Task brief — Start at the line below containing "Line((-7.800410624, -7.9989998059), (0, -15.4386200011))" and stop at the line containing "Line((4.8084821497, -2.7537909563), (4, 6))". Repeat every line of that stretch exactly, and nothing outside it.

== Segment start ==

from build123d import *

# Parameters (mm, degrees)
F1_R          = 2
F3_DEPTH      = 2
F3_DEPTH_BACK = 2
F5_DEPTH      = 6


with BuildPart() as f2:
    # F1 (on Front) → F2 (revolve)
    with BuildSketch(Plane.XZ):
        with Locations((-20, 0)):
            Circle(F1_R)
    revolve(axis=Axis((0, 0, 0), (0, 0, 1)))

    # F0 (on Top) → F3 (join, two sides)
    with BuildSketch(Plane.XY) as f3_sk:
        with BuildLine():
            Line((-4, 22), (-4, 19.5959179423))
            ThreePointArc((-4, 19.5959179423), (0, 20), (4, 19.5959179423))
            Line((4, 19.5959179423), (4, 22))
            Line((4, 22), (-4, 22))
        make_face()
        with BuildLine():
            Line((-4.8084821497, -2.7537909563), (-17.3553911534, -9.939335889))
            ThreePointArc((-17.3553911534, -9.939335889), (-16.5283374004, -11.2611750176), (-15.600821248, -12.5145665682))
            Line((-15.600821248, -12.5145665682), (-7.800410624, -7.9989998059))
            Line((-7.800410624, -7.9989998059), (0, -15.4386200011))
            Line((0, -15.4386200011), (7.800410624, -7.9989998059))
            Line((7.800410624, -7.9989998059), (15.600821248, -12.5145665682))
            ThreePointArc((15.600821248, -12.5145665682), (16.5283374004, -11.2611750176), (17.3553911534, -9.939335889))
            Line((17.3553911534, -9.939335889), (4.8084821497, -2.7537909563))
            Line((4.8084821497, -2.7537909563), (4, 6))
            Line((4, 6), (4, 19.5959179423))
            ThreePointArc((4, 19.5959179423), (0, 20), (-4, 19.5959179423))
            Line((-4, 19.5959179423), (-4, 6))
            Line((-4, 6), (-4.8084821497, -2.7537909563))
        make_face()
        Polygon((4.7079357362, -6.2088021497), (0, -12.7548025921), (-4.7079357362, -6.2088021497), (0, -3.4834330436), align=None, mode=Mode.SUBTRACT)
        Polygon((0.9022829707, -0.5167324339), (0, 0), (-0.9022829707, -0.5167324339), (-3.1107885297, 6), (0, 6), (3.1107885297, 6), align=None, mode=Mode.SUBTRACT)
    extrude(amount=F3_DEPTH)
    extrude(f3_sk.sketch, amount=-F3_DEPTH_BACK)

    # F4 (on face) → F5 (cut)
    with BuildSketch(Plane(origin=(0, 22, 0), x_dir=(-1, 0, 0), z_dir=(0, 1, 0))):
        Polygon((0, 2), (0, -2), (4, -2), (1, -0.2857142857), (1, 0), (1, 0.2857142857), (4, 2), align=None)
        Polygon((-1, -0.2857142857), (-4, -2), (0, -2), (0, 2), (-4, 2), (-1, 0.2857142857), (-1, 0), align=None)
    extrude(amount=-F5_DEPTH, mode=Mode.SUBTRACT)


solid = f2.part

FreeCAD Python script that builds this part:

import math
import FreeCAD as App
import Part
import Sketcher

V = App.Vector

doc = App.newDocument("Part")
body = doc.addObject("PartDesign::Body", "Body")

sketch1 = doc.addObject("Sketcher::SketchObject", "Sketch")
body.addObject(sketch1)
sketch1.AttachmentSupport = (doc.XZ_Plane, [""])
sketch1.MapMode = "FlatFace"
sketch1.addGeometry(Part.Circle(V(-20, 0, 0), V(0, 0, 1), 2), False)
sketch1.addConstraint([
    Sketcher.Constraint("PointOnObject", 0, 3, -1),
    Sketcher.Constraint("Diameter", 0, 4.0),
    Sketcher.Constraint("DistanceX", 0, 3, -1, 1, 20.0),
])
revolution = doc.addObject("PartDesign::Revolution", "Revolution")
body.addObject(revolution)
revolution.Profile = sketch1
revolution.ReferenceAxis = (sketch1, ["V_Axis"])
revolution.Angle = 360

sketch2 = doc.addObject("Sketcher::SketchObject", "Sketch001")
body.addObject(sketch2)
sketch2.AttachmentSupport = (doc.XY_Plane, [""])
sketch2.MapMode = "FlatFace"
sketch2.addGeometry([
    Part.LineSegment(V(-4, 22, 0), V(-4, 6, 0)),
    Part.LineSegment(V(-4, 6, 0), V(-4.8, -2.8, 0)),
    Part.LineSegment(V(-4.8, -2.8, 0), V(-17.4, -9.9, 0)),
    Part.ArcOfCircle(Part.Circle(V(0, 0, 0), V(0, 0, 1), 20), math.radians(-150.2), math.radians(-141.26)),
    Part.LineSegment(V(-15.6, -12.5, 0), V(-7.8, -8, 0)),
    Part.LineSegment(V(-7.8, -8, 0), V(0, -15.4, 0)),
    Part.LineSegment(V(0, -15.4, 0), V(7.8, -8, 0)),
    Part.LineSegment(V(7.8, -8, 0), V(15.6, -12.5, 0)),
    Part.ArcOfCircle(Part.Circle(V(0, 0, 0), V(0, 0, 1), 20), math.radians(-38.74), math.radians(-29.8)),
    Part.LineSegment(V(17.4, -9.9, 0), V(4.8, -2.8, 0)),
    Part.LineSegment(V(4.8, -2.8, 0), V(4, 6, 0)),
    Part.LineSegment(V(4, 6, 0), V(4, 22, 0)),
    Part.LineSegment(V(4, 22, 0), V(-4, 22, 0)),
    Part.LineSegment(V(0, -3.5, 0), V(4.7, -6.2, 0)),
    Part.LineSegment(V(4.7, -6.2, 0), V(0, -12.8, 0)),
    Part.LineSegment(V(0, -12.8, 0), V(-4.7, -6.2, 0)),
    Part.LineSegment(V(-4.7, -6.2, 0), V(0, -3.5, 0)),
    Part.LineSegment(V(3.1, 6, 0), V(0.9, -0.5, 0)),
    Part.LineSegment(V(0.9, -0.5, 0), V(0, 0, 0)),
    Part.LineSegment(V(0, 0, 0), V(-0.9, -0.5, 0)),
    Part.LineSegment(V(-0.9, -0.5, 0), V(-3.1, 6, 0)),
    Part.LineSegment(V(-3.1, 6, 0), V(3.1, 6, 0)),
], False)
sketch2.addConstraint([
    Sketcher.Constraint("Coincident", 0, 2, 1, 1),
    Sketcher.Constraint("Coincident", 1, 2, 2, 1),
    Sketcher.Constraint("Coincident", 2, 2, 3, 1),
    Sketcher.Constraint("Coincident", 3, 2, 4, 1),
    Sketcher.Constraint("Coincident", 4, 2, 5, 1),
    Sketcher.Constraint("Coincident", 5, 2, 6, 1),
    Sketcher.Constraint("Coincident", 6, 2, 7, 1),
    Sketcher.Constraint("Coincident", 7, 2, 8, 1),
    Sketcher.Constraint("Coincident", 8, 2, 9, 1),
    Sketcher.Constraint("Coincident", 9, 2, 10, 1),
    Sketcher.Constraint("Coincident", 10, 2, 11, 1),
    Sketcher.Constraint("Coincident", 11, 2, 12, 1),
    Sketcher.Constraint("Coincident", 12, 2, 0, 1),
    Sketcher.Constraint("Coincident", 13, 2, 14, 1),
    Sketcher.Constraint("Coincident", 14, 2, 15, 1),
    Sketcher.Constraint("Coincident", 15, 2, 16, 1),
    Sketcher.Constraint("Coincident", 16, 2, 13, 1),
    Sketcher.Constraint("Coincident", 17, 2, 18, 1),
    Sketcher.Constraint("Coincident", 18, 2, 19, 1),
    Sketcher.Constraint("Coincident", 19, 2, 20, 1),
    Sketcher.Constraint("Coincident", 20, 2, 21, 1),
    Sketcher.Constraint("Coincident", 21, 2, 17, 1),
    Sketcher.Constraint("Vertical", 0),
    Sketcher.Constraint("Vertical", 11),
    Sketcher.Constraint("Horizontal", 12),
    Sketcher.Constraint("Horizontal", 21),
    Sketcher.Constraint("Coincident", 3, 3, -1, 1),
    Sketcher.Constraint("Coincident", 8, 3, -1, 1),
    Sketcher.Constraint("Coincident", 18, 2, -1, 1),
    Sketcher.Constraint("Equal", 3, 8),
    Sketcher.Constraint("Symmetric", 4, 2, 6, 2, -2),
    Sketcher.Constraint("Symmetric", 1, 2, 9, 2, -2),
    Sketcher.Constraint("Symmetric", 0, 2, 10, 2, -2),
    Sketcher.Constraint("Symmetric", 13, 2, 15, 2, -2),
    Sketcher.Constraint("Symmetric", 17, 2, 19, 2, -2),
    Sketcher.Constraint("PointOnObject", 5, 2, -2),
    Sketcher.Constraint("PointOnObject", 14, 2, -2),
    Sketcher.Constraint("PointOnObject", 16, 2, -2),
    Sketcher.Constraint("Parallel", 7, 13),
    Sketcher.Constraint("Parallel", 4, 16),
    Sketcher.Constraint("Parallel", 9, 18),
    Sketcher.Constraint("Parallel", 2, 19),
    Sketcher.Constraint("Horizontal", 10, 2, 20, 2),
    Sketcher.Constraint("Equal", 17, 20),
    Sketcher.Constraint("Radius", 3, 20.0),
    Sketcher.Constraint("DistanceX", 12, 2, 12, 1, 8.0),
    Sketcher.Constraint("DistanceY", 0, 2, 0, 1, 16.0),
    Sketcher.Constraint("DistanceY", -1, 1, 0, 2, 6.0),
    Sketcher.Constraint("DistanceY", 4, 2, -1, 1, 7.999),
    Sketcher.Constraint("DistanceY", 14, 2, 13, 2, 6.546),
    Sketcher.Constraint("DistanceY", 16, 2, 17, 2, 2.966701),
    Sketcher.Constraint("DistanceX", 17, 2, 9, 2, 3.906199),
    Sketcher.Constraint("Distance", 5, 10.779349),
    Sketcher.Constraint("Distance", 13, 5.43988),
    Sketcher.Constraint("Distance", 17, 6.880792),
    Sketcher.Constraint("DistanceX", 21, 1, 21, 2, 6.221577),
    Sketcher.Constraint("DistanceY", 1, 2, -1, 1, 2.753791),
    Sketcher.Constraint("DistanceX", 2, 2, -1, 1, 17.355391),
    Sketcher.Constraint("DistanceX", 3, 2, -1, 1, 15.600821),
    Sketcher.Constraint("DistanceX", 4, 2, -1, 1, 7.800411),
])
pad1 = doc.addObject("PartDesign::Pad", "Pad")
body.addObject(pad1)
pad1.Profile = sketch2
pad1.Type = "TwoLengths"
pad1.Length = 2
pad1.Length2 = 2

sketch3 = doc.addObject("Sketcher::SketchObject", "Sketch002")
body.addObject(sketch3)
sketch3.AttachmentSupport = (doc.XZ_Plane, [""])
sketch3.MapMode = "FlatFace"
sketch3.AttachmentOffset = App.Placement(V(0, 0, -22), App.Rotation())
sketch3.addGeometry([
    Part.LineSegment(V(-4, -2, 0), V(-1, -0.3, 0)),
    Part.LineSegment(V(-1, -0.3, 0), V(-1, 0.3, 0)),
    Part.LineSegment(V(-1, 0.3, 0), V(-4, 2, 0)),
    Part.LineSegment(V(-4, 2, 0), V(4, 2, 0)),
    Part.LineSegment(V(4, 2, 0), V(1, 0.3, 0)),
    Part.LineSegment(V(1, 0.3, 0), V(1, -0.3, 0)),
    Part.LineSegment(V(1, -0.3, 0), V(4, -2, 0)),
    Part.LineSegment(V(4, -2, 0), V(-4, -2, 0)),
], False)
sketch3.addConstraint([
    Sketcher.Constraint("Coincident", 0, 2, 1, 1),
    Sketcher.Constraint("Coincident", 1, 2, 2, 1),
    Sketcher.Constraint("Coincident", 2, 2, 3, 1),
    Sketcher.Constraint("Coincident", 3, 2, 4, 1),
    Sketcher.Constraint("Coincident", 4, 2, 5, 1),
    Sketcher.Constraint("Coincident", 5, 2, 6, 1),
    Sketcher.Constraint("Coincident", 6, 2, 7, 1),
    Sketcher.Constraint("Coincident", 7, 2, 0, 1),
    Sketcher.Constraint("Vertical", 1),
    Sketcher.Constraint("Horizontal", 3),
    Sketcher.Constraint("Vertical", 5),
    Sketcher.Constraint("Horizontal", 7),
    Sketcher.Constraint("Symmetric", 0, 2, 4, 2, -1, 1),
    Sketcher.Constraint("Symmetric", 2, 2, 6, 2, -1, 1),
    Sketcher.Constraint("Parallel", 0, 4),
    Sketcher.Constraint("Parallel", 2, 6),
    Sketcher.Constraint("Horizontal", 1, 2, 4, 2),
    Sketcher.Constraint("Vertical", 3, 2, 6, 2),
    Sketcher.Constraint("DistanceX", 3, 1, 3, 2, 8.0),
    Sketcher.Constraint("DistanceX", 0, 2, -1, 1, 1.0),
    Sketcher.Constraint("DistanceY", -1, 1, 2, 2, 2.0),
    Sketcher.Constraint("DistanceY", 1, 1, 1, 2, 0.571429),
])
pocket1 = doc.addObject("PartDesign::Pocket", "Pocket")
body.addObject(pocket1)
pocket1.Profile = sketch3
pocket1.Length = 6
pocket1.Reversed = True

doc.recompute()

== Segment end ==

Solution to this task —
            Line((-7.800410624, -7.9989998059), (0, -15.4386200011))
            Line((0, -15.4386200011), (7.800410624, -7.9989998059))
            Line((7.800410624, -7.9989998059), (15.600821248, -12.5145665682))
            ThreePointArc((15.600821248, -12.5145665682), (16.5283374004, -11.2611750176), (17.3553911534, -9.939335889))
            Line((17.3553911534, -9.939335889), (4.8084821497, -2.7537909563))
            Line((4.8084821497, -2.7537909563), (4, 6))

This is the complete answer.